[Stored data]
"""

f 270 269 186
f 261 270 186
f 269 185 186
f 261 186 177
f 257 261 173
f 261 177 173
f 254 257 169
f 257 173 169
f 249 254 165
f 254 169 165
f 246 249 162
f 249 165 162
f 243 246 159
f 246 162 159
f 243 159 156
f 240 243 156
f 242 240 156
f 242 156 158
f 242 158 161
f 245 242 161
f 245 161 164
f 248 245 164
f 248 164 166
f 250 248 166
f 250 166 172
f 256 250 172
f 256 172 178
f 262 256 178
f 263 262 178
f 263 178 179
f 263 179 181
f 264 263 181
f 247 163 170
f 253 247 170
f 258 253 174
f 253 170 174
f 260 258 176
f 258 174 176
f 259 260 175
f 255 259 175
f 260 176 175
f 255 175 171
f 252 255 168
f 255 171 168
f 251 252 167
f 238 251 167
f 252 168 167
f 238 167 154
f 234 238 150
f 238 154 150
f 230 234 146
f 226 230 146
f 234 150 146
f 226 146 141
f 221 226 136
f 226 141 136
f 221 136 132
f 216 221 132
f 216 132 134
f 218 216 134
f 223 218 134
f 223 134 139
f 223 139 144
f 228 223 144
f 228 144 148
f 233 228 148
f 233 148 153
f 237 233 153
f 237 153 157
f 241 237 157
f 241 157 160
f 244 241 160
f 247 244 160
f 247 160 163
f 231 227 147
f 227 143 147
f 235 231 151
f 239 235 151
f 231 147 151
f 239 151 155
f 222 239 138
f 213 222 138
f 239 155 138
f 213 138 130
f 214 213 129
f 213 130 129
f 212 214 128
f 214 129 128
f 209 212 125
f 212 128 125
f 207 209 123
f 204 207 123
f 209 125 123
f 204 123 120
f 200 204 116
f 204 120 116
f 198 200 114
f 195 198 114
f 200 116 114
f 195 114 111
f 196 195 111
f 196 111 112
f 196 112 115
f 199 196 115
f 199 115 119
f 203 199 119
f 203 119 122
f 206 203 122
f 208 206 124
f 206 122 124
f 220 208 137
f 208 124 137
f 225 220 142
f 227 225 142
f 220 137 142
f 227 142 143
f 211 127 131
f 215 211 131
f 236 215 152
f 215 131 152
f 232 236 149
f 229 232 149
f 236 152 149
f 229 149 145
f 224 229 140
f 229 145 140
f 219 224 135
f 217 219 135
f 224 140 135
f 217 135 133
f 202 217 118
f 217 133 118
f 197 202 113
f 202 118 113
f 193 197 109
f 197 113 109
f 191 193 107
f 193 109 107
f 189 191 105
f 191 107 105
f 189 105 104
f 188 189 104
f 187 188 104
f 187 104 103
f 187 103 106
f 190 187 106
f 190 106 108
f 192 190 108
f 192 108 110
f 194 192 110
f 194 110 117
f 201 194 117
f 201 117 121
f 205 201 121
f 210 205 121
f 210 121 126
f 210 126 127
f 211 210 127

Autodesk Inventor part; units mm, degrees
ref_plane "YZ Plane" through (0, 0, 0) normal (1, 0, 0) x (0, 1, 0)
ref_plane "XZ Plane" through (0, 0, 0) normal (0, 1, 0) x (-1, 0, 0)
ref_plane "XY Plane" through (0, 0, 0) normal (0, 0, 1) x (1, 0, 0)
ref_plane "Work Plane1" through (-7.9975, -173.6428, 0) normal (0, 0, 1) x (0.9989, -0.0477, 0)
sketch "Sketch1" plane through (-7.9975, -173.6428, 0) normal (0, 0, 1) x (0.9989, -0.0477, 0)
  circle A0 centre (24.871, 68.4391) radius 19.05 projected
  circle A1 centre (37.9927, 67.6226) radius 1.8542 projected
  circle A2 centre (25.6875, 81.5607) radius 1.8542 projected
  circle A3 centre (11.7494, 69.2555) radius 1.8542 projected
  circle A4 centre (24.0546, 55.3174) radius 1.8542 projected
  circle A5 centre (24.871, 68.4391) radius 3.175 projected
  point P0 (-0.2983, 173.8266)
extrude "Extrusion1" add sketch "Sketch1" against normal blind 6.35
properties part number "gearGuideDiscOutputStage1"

"""

■ Exercise ■
Return every line above where "through" appears.

■ Output for this exercise ■
ref_plane "YZ Plane" through (0, 0, 0) normal (1, 0, 0) x (0, 1, 0)
ref_plane "XZ Plane" through (0, 0, 0) normal (0, 1, 0) x (-1, 0, 0)
ref_plane "XY Plane" through (0, 0, 0) normal (0, 0, 1) x (1, 0, 0)
ref_plane "Work Plane1" through (-7.9975, -173.6428, 0) normal (0, 0, 1) x (0.9989, -0.0477, 0)
sketch "Sketch1" plane through (-7.9975, -173.6428, 0) normal (0, 0, 1) x (0.9989, -0.0477, 0)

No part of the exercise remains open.